(Stored data)
----------

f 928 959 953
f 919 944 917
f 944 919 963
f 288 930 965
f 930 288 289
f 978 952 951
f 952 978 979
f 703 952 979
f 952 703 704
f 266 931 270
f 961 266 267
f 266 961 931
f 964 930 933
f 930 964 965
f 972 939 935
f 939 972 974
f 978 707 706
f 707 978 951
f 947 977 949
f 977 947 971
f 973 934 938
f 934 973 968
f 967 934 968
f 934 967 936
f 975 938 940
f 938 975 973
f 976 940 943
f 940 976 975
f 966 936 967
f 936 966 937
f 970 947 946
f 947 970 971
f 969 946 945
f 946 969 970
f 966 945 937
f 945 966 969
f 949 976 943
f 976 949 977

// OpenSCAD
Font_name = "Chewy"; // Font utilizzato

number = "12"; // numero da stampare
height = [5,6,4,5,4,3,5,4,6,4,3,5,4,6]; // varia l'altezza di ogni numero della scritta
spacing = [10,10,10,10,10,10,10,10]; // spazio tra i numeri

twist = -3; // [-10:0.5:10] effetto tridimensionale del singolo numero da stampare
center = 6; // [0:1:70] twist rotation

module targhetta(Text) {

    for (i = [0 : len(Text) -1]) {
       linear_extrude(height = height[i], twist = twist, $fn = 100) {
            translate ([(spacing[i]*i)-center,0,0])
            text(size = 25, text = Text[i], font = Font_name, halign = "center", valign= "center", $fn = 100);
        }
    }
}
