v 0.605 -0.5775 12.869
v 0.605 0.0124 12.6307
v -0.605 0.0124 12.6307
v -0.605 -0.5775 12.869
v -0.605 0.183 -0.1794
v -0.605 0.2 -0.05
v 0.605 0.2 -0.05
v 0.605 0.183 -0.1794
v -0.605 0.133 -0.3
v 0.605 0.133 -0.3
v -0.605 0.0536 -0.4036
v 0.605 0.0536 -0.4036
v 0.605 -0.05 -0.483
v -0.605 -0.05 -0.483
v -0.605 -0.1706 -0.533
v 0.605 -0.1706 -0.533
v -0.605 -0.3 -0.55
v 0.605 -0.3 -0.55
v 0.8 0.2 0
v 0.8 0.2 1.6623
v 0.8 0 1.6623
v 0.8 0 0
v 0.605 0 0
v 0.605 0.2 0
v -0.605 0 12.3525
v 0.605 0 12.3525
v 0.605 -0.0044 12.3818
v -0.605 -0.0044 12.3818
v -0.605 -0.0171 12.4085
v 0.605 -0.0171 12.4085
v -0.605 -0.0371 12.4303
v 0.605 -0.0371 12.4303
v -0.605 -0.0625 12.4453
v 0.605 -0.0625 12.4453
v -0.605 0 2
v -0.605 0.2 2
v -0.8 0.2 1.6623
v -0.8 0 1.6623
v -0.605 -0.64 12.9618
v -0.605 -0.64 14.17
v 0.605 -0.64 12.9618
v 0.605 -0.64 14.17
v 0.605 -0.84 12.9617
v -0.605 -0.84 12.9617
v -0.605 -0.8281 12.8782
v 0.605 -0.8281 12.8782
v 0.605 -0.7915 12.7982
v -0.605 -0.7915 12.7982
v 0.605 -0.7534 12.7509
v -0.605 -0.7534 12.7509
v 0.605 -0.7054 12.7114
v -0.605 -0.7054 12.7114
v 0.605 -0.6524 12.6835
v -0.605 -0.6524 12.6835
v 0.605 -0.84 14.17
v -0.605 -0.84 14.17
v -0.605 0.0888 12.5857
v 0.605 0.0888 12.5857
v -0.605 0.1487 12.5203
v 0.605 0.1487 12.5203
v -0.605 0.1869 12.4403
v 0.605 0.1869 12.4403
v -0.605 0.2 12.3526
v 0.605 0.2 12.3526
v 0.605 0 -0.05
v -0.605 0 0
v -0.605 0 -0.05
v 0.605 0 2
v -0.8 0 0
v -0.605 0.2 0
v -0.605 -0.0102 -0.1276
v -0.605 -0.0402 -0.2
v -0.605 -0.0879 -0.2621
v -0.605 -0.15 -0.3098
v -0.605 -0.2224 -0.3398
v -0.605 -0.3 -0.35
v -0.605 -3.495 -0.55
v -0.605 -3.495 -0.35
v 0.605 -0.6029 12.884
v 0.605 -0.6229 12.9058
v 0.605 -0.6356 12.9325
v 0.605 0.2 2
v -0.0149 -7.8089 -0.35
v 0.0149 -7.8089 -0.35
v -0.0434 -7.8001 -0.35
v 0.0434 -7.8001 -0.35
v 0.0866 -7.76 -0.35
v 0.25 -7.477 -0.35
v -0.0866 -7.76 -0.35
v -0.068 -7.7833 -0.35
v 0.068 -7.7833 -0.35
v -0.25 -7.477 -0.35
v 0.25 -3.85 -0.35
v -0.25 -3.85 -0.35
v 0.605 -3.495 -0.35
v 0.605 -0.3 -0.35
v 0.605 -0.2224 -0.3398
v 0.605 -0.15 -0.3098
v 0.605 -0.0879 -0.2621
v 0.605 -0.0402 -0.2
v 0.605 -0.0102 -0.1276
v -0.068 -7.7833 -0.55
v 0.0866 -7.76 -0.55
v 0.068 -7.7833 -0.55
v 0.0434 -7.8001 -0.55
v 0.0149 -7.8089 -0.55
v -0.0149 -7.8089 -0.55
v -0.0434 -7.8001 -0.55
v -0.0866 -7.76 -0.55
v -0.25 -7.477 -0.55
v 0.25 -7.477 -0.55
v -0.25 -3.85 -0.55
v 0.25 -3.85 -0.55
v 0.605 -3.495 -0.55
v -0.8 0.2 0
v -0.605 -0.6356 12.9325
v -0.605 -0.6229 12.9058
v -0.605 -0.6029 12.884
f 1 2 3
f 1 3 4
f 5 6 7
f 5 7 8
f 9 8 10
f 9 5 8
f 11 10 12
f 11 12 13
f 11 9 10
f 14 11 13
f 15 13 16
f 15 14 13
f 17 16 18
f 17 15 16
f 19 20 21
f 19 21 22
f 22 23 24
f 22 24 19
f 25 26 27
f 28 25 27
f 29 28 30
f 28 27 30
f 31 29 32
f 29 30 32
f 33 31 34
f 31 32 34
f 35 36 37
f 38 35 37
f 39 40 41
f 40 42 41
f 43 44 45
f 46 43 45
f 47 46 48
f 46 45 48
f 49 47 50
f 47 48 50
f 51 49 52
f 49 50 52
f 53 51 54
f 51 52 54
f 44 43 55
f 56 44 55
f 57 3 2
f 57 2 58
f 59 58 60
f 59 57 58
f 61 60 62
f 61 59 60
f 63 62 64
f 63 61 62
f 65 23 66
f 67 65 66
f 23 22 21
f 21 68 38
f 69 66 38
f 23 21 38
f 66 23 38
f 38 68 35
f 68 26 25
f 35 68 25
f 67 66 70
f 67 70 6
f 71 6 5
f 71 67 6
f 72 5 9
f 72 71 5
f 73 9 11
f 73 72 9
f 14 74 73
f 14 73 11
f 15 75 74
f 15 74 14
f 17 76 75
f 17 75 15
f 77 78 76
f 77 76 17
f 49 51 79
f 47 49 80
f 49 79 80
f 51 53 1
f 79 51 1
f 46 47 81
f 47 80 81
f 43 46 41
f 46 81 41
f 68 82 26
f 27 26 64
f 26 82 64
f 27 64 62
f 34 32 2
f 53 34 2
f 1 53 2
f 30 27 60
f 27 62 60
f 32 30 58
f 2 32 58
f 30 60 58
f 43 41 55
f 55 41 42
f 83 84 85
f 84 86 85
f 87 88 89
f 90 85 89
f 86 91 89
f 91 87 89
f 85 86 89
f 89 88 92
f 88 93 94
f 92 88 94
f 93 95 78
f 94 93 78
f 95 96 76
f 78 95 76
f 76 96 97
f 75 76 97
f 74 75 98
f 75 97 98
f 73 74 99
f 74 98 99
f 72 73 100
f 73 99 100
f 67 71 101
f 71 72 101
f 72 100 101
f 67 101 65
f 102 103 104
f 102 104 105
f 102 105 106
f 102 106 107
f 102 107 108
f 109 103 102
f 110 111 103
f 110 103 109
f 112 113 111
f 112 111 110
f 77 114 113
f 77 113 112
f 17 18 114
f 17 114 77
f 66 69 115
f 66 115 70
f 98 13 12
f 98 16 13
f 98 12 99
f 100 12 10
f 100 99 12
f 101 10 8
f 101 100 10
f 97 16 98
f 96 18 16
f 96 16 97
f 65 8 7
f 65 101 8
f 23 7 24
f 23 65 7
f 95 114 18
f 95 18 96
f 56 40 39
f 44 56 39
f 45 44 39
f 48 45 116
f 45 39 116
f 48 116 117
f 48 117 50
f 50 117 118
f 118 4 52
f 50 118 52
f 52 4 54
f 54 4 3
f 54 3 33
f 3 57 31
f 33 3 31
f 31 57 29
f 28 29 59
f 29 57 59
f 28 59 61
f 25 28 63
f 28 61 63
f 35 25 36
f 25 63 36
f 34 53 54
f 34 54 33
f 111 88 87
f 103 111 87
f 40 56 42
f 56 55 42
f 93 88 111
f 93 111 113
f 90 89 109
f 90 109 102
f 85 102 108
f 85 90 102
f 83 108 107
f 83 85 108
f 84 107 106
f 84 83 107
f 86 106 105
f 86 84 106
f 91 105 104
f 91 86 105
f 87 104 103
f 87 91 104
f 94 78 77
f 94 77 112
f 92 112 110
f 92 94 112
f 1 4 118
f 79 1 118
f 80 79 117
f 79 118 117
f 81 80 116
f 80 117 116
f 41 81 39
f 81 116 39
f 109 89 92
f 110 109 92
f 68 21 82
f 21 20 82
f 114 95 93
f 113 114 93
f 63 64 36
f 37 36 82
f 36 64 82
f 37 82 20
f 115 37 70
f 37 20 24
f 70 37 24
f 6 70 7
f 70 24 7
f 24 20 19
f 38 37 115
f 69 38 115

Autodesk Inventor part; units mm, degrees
ref_plane "YZ Plane" through (0, 0, 0) normal (1, 0, 0) x (0, 1, 0)
ref_plane "XZ Plane" through (0, 0, 0) normal (0, 1, 0) x (-1, 0, 0)
ref_plane "XY Plane" through (0, 0, 0) normal (0, 0, 1) x (1, 0, 0)
sketch "Sketch1" plane through (0, 0, 0) normal (0, 1, 0) x (-1, 0, 0)
  line L0 (-0.8, 12.42) -> (0.8, 12.42)
  line L1 (0.8, 12.42) -> (0.8, 0)
  line L2 (0.8, 0) -> (-0.8, 0)
  line L3 (-0.8, 0) -> (-0.8, 12.42)
  line L4 (-0.8, 12.42) -> (0.8, 0) construction
  line L5 (0.8, 12.42) -> (-0.8, 0) construction
  line L6 (1.12, 0) -> (-1.12, 0) projected
  line L7 (0, -2.904) -> (0, 14.974) projected
  line L8 (-0.605, 0) -> (0.605, 0)
  line L9 (0.605, 0) -> (0.605, -0.35)
  line L10 (0.605, -0.35) -> (-0.605, -0.35)
  line L11 (-0.605, -0.35) -> (-0.605, 0)
  point P0 (0, 6.21)
  point P1 (-1.12, 0)
  point P2 (0, 6.21)
  dimension "d0" = 1.6
  dimension "d3" = 12.42
  dimension "d12" = 1.21
  dimension "d13" = 0.35
extrude "Extrusion1" add sketch "Sketch1" along normal blind 0.2
sketch "Sketch2" plane through (0.8, 0, 12.42) normal (1, 0, 0) x (0, 0, -1)
  line L0 (0, 0.2) -> (12.42, 0.2) projected
  line L1 (-0.1349, 0.2) -> (-0.4743, -0.64)
  line L2 (-0.4743, -0.64) -> (-0.2888, -0.7149)
  line L3 (-0.2888, -0.7149) -> (0, 0)
  line L4 (0, 0) -> (12.42, 0) projected
  line L5 (-0.1349, 0.2) -> (0, 0.2)
  line L6 (0, 0) -> (0, 0.2) projected
  line L7 (0, 0.2) -> (0, 0)
  dimension "d46" = 0.2
  dimension "d47" = 112
  dimension "d48" = 112
  dimension "d49" = 0.64
extrude "Extrusion2" add sketch "Sketch2" against normal up to surface (1.6 mm away)
sketch "Sketch3" plane through (0.8, -0.84, 14.02) normal (1, 0, 0) x (0, 0, -1)
  line L0 (14.02, 0.84) -> (1.6, 0.84) projected
  line L1 (-0.15, 0.2) -> (1.3414, 0.2)
  line L2 (1.3414, 0.2) -> (1.2606, 0)
  line L3 (1.2606, 0) -> (-0.15, 0)
  line L4 (-0.15, 0) -> (-0.15, 0.2)
  line L5 (1.3112, 0.1251) -> (1.6, 0.84) projected
  point P0 (1.1257, 0.2)
  dimension "d52" = 0.2
  dimension "d53" = 1.75
extrude "Extrusion3" add sketch "Sketch3" against normal up to surface (1.6 mm away)
sketch "Sketch4" plane through (0.605, 0, -0.35) normal (0, 0, -1) x (-1, 0, 0)
  line L0 (0, 0) -> (0, 0.2) projected
  line L1 (0, 0.2) -> (1.21, 0.2)
  line L2 (1.21, 0.2) -> (1.21, -3.495)
  line L3 (1.21, -3.495) -> (0, -3.495)
  line L4 (0, -3.495) -> (0, 0.2)
  line L5 (0.355, -3.495) -> (0.855, -3.495)
  line L6 (0.855, -3.495) -> (0.855, -7.81)
  line L7 (0.855, -7.81) -> (0.355, -7.81)
  line L8 (0.355, -7.81) -> (0.355, -3.495)
  line L9 (0, -3.495) -> (0.355, -3.85)
  line L10 (0, -3.495) -> (0.502, -3.495) construction
  line L11 (1.21, -3.495) -> (0.855, -3.85)
  line L12 (1.21, -3.495) -> (1.712, -3.495) construction
  line L13 (0.355, -7.477) -> (0.5184, -7.76)
  line L14 (0.6916, -7.76) -> (0.855, -7.477)
  arc A0 (0.5184, -7.76) -> (0.6916, -7.76) centre (0.605, -7.71) ccw
  line L15 (0.355, -7.477) -> (0.855, -7.477) construction
  point P0 (0.605, 0)
  dimension "d14" = 1.21
  dimension "d16" = 0.5
  dimension "d17" = 4.315
  dimension "d18" = 0.355
  dimension "d19" = 0.355
  dimension "d20" = 45
  dimension "d21" = 135
  dimension "d26" = 0.1
  dimension "d28" = 150
  dimension "d29" = 150
  dimension "d30" = 4.05
extrude "Extrusion4" add sketch "Sketch4" along normal blind 0.2 contours L0 L1 L2 L3 L4 | L3 L8 L9 | L3 L6 L14 A0 L13 L8 | L11 L6 L3
sketch "Sketch5" plane through (0, 0.2, 0) normal (0, 1, 0) x (1, 0, 0)
  line L0 (0.8, 0) -> (0.8, -12.42) projected
  line L1 (0.8, -1.6623) -> (0.605, -2)
  line L2 (-0.605, -2) -> (-0.8, -1.6623)
  line L3 (-0.8, 0) -> (-0.8, -12.5549) projected
  line L4 (0.8, -1.6623) -> (-0.8, -1.6623) construction
  line L5 (0.8, 0) -> (0.605, 0) construction
  line L6 (-0.605, 0) -> (-0.8, 0) construction
  line L7 (0.8, -1.6623) -> (0.8, -14.17)
  line L8 (-0.8, -14.17) -> (-0.8, -1.6623)
  line L9 (0.605, -2) -> (0.605, -14.17)
  line L10 (-0.605, -14.17) -> (-0.605, -2)
  line L11 (0.8, -14.17) -> (0.605, -14.17)
  line L12 (0, 3.504) -> (0, -17.174) projected
  line L13 (0.8, -14.17) -> (-0.8, -14.17) projected
  line L14 (-0.605, -14.17) -> (-0.8, -14.17)
  line L15 (-0.8, -12.8943) -> (-0.8, -14.17) projected
  point P0 (0, 0)
  point P1 (0.8, -12.62)
  point P2 (-0.8, -12.82)
  point P3 (-0.8, -12.62)
  dimension "d35" = 1.21
  dimension "d38" = 30
  dimension "d39" = 30
  dimension "d40" = 2
extrude "Extrusion5" cut sketch "Sketch5" against normal up to surface (1.04 mm away)
fillet "Fillet1" radius 0.3 1 edges at (0, 0, -0.35)
fillet "Fillet1" radius 0.5 1 edges at (0, 0.2, -0.55)
fillet "Fillet2" radius 0.3 2 edges at (0, 0.2, 12.5549) (0, -0.84, 12.7594)
fillet "Fillet2" radius 0.1 2 edges at (0, 0, 12.42) (0, -0.64, 12.8943)
equation "\"d48\" = d47"
equation "\"d18\" = d19"
equation "\"d39\" = d38"
equation "\"BendReliefWidth\" = Thickness"
equation "\"BendReliefDepth\" = 0.5 * Thickness"
equation "\"CornerReliefSize\" = 4 * Thickness"
equation "\"MinimumRemnant\" = 2 * Thickness"
equation "\"TransitionRadius\" = BendRadius"
equation "\"JacobiRadiusSize\" = BendRadius"
equation "\"GapSize\" = Thickness"
equation "\"Thickness\" = 0.2"
equation "\"BendRadius\" = 0.01"
properties part number "USB 3.0 A Recepticle Upper Pin" material "Nickel-Copper Alloy 400"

----------

Among the records above, only the lines between the line holding "v -0.605 0 0" and the line holding "v -0.0434 -7.8001 -0.35", inclusive, are to be output, exactly as written.

*Task answer*:
v -0.605 0 0
v -0.605 0 -0.05
v 0.605 0 2
v -0.8 0 0
v -0.605 0.2 0
v -0.605 -0.0102 -0.1276
v -0.605 -0.0402 -0.2
v -0.605 -0.0879 -0.2621
v -0.605 -0.15 -0.3098
v -0.605 -0.2224 -0.3398
v -0.605 -0.3 -0.35
v -0.605 -3.495 -0.55
v -0.605 -3.495 -0.35
v 0.605 -0.6029 12.884
v 0.605 -0.6229 12.9058
v 0.605 -0.6356 12.9325
v 0.605 0.2 2
v -0.0149 -7.8089 -0.35
v 0.0149 -7.8089 -0.35
v -0.0434 -7.8001 -0.35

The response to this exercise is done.